-- Opening Marker --

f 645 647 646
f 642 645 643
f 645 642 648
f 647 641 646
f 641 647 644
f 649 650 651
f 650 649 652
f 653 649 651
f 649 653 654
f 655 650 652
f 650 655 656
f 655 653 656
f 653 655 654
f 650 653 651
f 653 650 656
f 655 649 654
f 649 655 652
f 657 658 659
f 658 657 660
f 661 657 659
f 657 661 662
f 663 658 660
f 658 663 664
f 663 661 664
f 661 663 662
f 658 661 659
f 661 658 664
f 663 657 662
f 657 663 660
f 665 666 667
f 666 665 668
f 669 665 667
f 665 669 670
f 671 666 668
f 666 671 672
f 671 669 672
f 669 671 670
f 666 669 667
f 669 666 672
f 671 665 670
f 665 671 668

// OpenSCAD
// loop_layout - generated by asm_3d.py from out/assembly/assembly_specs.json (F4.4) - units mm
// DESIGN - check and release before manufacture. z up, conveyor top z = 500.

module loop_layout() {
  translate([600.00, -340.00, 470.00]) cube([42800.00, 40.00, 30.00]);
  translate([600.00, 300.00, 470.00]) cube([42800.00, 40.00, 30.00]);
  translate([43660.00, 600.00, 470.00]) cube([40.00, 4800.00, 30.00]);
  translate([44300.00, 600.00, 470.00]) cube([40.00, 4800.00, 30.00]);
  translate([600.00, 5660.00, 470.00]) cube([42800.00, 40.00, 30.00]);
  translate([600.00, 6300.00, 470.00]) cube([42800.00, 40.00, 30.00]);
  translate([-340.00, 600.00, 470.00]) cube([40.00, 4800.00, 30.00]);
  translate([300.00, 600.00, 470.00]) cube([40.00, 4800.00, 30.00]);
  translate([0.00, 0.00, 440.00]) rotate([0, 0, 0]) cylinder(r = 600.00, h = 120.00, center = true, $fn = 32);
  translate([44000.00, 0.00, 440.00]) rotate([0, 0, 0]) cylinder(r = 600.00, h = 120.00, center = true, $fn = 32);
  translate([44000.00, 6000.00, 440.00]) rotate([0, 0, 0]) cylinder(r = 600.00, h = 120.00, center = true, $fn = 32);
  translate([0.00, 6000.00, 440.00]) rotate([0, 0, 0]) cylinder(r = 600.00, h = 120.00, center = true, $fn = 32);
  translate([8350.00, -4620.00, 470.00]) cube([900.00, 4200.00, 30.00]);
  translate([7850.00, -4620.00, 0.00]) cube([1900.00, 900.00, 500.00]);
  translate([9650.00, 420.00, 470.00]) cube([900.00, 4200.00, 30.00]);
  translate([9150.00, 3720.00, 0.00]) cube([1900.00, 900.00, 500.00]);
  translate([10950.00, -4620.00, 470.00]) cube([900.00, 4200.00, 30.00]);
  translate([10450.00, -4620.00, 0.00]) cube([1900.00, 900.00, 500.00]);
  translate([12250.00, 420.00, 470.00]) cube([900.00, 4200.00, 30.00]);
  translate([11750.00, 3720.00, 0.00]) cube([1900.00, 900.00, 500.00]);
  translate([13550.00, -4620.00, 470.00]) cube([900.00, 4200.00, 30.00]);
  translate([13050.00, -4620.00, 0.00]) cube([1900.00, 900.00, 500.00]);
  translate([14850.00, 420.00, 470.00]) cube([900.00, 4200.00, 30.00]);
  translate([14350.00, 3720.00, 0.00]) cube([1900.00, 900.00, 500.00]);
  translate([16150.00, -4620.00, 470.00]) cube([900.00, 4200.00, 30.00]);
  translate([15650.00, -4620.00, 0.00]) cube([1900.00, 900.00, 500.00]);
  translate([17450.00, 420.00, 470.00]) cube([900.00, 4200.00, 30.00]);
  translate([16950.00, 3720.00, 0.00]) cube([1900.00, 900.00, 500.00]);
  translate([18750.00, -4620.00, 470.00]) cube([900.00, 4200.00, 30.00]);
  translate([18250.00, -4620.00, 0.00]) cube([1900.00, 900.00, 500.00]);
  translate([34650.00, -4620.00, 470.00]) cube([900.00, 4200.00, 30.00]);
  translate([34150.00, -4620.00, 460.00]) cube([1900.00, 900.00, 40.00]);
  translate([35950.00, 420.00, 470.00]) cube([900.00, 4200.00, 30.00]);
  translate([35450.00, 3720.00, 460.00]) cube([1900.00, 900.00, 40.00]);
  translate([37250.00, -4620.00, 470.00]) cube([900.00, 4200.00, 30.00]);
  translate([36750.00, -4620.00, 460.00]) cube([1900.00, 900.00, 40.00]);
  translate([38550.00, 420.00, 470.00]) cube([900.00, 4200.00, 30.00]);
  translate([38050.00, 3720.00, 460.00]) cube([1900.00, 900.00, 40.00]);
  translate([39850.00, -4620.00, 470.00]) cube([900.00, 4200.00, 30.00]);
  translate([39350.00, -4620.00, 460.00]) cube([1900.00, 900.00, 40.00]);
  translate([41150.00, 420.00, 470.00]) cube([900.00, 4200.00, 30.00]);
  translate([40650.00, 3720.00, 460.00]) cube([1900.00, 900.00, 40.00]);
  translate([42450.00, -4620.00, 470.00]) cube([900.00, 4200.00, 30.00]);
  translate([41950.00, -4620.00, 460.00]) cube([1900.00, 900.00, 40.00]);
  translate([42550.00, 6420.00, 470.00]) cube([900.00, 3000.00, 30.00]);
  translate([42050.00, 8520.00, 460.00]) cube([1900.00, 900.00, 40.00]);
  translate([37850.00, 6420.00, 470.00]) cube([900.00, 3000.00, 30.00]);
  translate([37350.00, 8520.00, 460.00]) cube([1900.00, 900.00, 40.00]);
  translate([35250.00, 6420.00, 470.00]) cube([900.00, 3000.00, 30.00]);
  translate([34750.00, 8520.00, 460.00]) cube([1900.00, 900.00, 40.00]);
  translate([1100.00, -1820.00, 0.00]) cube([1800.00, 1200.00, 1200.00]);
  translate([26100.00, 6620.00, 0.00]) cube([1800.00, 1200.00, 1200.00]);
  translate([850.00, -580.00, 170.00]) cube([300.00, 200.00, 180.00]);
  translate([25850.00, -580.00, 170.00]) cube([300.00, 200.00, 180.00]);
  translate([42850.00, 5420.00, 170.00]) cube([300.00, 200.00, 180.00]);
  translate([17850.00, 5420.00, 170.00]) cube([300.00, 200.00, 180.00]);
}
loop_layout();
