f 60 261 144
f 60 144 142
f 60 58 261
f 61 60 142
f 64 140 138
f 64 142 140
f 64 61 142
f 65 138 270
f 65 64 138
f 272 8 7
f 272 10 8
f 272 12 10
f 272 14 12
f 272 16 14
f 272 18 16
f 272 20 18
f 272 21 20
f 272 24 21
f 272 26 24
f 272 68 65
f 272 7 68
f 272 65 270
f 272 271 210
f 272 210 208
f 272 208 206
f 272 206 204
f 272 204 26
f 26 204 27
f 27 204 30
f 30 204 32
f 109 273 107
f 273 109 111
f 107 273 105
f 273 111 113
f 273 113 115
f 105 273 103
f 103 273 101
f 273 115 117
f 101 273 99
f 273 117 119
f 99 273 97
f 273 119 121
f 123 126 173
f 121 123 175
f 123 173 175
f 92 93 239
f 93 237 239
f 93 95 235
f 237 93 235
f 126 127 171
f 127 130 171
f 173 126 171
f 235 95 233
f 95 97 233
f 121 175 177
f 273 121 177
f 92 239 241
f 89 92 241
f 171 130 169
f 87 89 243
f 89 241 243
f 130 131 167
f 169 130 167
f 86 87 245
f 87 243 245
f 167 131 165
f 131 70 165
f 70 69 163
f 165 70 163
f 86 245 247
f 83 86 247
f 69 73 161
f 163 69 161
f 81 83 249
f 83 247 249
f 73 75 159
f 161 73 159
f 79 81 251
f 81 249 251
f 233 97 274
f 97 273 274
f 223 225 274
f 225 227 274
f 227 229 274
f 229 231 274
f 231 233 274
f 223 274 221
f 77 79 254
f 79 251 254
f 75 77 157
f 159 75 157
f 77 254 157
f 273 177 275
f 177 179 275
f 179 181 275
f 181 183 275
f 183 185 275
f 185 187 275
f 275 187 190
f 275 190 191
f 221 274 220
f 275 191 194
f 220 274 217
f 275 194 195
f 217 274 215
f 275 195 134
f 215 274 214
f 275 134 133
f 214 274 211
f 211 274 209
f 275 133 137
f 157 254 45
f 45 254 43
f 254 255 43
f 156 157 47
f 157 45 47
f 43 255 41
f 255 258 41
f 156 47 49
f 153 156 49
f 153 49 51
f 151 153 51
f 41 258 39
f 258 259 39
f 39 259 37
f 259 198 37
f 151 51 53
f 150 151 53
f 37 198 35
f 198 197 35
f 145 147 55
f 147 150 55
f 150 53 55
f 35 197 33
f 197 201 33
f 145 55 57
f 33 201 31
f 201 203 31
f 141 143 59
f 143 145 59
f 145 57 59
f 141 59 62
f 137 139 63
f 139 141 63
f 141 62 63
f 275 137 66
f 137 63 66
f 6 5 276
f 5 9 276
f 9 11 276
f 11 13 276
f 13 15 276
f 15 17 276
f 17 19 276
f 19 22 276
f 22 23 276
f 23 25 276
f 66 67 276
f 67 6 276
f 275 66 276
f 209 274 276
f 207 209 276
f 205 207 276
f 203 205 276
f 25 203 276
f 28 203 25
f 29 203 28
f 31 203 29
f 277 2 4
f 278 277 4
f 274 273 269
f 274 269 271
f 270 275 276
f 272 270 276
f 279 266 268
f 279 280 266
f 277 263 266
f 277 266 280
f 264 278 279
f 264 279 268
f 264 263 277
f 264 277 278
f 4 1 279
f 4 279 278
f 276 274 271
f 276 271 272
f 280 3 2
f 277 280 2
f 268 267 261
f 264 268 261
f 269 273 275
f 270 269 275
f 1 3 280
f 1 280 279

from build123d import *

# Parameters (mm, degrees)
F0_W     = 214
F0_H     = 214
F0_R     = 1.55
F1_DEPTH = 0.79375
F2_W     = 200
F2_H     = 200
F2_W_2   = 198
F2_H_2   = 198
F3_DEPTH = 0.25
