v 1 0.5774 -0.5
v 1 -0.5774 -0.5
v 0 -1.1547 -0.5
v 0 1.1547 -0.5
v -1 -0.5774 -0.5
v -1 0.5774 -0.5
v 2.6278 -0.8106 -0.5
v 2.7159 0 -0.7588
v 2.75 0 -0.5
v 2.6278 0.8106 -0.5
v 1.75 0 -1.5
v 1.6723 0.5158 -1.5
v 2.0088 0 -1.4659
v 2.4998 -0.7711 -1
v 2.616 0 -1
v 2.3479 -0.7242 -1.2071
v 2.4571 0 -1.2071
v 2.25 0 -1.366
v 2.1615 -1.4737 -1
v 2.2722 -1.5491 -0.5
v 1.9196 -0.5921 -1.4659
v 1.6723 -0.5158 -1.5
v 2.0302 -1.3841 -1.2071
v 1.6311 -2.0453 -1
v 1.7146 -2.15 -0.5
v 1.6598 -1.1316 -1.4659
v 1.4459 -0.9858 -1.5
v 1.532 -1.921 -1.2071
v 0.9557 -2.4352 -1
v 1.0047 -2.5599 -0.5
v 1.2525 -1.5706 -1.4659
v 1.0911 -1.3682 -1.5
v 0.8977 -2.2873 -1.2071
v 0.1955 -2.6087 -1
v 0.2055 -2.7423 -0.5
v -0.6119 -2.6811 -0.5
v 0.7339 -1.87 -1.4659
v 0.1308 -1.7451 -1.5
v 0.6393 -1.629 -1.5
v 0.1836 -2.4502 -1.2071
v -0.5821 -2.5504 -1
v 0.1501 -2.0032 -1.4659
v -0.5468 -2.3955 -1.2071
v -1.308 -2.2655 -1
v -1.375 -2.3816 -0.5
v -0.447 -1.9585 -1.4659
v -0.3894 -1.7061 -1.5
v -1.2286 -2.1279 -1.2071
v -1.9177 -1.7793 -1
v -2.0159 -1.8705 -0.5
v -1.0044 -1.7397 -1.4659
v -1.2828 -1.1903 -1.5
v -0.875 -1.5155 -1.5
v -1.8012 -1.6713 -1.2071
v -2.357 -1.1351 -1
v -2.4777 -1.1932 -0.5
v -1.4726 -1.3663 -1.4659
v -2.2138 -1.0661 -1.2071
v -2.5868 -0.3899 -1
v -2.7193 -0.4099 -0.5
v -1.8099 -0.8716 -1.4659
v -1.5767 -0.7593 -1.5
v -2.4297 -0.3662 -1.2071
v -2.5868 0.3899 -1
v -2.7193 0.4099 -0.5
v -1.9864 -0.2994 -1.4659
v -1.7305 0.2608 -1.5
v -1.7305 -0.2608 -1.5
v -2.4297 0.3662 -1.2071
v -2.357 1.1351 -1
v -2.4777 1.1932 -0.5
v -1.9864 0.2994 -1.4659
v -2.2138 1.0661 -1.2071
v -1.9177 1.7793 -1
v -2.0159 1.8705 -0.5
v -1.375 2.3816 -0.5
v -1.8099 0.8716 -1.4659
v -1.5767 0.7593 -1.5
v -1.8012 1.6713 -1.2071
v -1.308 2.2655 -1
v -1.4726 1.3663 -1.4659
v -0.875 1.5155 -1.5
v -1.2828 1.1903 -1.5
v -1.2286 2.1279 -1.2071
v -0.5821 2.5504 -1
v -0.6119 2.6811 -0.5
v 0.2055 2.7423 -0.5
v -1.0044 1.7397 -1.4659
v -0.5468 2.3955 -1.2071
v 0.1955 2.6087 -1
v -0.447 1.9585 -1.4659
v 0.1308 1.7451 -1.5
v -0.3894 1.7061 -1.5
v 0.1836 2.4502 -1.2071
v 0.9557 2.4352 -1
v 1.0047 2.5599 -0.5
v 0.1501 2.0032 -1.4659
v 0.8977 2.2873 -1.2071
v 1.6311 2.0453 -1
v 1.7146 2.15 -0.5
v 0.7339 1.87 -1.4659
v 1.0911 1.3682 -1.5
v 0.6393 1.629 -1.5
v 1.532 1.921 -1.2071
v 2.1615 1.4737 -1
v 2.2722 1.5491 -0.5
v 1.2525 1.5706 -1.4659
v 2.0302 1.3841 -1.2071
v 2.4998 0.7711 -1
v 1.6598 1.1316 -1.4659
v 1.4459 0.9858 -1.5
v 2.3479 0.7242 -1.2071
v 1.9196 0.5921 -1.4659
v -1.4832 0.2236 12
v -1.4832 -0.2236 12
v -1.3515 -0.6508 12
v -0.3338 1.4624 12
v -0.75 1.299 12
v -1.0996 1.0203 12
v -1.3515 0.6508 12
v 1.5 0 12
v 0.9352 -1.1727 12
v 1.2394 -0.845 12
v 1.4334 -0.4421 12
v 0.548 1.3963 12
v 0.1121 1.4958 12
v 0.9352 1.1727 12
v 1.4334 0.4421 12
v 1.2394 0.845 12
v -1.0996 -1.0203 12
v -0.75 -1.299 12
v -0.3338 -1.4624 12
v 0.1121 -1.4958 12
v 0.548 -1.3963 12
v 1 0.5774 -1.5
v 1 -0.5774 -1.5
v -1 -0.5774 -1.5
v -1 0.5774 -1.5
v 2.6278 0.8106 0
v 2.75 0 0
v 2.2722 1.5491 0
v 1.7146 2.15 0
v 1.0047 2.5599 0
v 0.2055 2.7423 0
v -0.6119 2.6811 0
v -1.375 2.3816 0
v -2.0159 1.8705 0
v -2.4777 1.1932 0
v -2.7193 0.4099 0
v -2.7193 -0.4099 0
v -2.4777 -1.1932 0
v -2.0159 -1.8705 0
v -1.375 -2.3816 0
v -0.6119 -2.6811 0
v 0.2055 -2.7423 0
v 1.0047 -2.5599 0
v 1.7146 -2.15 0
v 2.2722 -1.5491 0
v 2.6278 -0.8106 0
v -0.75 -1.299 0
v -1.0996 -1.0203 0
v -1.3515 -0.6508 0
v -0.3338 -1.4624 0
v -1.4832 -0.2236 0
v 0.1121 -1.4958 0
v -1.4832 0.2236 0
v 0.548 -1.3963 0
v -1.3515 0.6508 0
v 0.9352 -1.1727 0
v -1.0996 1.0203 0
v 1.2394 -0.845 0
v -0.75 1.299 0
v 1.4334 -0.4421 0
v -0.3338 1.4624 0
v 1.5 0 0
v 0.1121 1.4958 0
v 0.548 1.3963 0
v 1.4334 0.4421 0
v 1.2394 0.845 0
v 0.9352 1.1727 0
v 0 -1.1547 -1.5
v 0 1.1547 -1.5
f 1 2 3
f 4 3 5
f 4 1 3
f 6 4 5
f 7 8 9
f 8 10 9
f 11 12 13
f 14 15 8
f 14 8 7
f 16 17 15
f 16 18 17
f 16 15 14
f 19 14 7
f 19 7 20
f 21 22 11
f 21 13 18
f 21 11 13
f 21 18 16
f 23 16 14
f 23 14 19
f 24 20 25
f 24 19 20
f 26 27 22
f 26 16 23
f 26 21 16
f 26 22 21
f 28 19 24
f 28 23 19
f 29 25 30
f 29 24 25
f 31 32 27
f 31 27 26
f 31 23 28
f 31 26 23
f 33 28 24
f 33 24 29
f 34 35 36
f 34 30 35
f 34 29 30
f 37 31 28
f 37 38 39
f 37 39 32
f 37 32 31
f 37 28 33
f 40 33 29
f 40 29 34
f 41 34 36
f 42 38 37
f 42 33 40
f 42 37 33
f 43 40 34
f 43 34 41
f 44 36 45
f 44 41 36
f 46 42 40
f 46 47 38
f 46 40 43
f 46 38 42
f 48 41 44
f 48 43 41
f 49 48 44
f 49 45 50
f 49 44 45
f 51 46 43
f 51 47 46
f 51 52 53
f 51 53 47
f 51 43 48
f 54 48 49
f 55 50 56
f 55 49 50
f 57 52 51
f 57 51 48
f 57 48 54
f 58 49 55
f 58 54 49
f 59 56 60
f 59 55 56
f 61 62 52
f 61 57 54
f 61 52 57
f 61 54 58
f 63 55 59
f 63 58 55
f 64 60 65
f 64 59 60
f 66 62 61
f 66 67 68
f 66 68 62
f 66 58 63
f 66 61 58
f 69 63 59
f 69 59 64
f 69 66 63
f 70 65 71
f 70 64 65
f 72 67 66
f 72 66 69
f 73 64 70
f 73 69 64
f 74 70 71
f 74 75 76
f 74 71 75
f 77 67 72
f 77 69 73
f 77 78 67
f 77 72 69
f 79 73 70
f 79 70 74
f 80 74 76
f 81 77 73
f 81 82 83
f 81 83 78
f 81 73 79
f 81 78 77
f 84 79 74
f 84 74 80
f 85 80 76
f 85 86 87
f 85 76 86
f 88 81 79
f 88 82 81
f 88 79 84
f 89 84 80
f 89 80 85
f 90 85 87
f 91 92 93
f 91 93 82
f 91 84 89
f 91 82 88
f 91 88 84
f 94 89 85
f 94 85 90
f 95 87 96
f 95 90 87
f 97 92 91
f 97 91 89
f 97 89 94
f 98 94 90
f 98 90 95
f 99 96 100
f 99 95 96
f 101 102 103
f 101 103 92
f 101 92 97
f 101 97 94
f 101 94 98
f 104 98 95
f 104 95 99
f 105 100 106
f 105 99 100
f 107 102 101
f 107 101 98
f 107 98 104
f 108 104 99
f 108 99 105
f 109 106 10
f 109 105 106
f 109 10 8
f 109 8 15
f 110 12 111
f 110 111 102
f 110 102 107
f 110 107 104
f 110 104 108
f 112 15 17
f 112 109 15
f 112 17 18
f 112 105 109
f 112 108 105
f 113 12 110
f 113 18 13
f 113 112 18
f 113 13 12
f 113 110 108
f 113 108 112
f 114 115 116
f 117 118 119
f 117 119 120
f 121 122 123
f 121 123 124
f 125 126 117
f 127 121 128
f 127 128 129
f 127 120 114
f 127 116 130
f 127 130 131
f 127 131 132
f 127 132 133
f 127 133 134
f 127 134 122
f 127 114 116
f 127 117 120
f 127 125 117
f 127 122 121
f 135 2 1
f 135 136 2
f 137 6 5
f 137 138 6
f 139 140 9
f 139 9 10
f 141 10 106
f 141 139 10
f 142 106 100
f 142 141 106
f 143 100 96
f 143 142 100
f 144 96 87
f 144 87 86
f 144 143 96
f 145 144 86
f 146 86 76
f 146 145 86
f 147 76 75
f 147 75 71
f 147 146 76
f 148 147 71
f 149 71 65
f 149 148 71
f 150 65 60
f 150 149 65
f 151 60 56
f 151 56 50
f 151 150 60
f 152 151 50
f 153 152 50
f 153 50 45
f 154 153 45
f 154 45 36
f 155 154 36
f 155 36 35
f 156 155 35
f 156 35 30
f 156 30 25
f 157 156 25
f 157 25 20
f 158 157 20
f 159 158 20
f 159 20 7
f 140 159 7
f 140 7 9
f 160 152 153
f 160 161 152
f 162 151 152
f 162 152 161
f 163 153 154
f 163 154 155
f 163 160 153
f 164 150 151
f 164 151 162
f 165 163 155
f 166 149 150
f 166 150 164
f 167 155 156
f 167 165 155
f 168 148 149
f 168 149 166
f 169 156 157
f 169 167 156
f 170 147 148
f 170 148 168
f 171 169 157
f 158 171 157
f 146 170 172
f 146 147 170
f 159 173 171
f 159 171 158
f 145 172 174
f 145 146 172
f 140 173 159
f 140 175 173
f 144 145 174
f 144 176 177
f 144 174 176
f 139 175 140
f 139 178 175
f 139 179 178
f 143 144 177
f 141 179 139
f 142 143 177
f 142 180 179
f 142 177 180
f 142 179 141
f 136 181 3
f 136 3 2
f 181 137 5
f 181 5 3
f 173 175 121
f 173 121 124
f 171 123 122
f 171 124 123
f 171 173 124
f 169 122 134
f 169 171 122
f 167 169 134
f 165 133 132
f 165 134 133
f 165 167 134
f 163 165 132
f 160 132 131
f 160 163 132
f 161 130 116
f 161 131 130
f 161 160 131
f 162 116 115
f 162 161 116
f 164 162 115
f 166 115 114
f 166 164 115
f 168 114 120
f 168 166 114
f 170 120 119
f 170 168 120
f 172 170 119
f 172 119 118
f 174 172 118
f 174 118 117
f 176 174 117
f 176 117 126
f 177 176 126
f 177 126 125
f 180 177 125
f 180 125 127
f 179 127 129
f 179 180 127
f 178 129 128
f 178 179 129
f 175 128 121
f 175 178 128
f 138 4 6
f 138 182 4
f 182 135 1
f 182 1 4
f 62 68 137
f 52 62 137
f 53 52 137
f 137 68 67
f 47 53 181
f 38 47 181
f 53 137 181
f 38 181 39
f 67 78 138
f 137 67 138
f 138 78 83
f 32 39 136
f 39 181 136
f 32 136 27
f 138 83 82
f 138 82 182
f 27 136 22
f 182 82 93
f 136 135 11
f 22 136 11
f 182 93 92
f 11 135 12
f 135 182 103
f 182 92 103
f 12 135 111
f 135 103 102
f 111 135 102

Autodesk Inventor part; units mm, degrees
ref_plane "YZ Plane" through (0, 0, 0) normal (1, 0, 0) x (0, 1, 0)
ref_plane "XZ Plane" through (0, 0, 0) normal (0, 1, 0) x (-1, 0, 0)
ref_plane "XY Plane" through (0, 0, 0) normal (0, 0, 1) x (1, 0, 0)
sketch "Эскиз1" plane through (0, 0, 0) normal (0, 0, 1) x (1, 0, 0)
  circle A0 centre (0, 0) radius 1.5
  circle A1 centre (0, 0) radius 2.75
  dimension "d0" = 5.5
  dimension "d1" = 3
extrude "Выдавливание1" add sketch "Эскиз1" along normal blind 12 contours A0
extrude "Выдавливание2" add sketch "Эскиз1" against normal blind 1.5 contours A0 | A1
thread "Резьба1" size "M3x0.5" class "6g" standard "ISO Metric profile" full length
sketch "Эскиз2" plane through (0, 0, -1.5) normal (0, 0, -1) x (-1, 0, 0)
  line L0 (0, 1.1547) -> (1, 0.5774)
  line L1 (1, 0.5774) -> (1, -0.5774)
  line L2 (1, -0.5774) -> (0, -1.1547)
  line L3 (0, -1.1547) -> (-1, -0.5774)
  line L4 (-1, -0.5774) -> (-1, 0.5774)
  line L5 (-1, 0.5774) -> (0, 1.1547)
  point P0 (0, 0)
  point P1 (0, 0)
  dimension "d8" = 2
extrude "Выдавливание3" cut sketch "Эскиз2" against normal blind 1
fillet "Сопряжение1" radius 1 1 edges at (-2.75, 0, -1.5)
properties part number "Болт М3"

-- Closing Marker --

## Try it:
Keep both end lines and retype everything in the records above from the line containing "translate([850.00, -580.00, 170.00])" through the line containing "f 220 274 217", exactly, with nothing else.

## Task solution:
  translate([850.00, -580.00, 170.00]) cube([300.00, 200.00, 180.00]);
  translate([25850.00, -580.00, 170.00]) cube([300.00, 200.00, 180.00]);
  translate([42850.00, 5420.00, 170.00]) cube([300.00, 200.00, 180.00]);
  translate([17850.00, 5420.00, 170.00]) cube([300.00, 200.00, 180.00]);
}
loop_layout();
f 60 261 144
f 60 144 142
f 60 58 261
f 61 60 142
f 64 140 138
f 64 142 140
f 64 61 142
f 65 138 270
f 65 64 138
f 272 8 7
f 272 10 8
f 272 12 10
f 272 14 12
f 272 16 14
f 272 18 16
f 272 20 18
f 272 21 20
f 272 24 21
f 272 26 24
f 272 68 65
f 272 7 68
f 272 65 270
f 272 271 210
f 272 210 208
f 272 208 206
f 272 206 204
f 272 204 26
f 26 204 27
f 27 204 30
f 30 204 32
f 109 273 107
f 273 109 111
f 107 273 105
f 273 111 113
f 273 113 115
f 105 273 103
f 103 273 101
f 273 115 117
f 101 273 99
f 273 117 119
f 99 273 97
f 273 119 121
f 123 126 173
f 121 123 175
f 123 173 175
f 92 93 239
f 93 237 239
f 93 95 235
f 237 93 235
f 126 127 171
f 127 130 171
f 173 126 171
f 235 95 233
f 95 97 233
f 121 175 177
f 273 121 177
f 92 239 241
f 89 92 241
f 171 130 169
f 87 89 243
f 89 241 243
f 130 131 167
f 169 130 167
f 86 87 245
f 87 243 245
f 167 131 165
f 131 70 165
f 70 69 163
f 165 70 163
f 86 245 247
f 83 86 247
f 69 73 161
f 163 69 161
f 81 83 249
f 83 247 249
f 73 75 159
f 161 73 159
f 79 81 251
f 81 249 251
f 233 97 274
f 97 273 274
f 223 225 274
f 225 227 274
f 227 229 274
f 229 231 274
f 231 233 274
f 223 274 221
f 77 79 254
f 79 251 254
f 75 77 157
f 159 75 157
f 77 254 157
f 273 177 275
f 177 179 275
f 179 181 275
f 181 183 275
f 183 185 275
f 185 187 275
f 275 187 190
f 275 190 191
f 221 274 220
f 275 191 194
f 220 274 217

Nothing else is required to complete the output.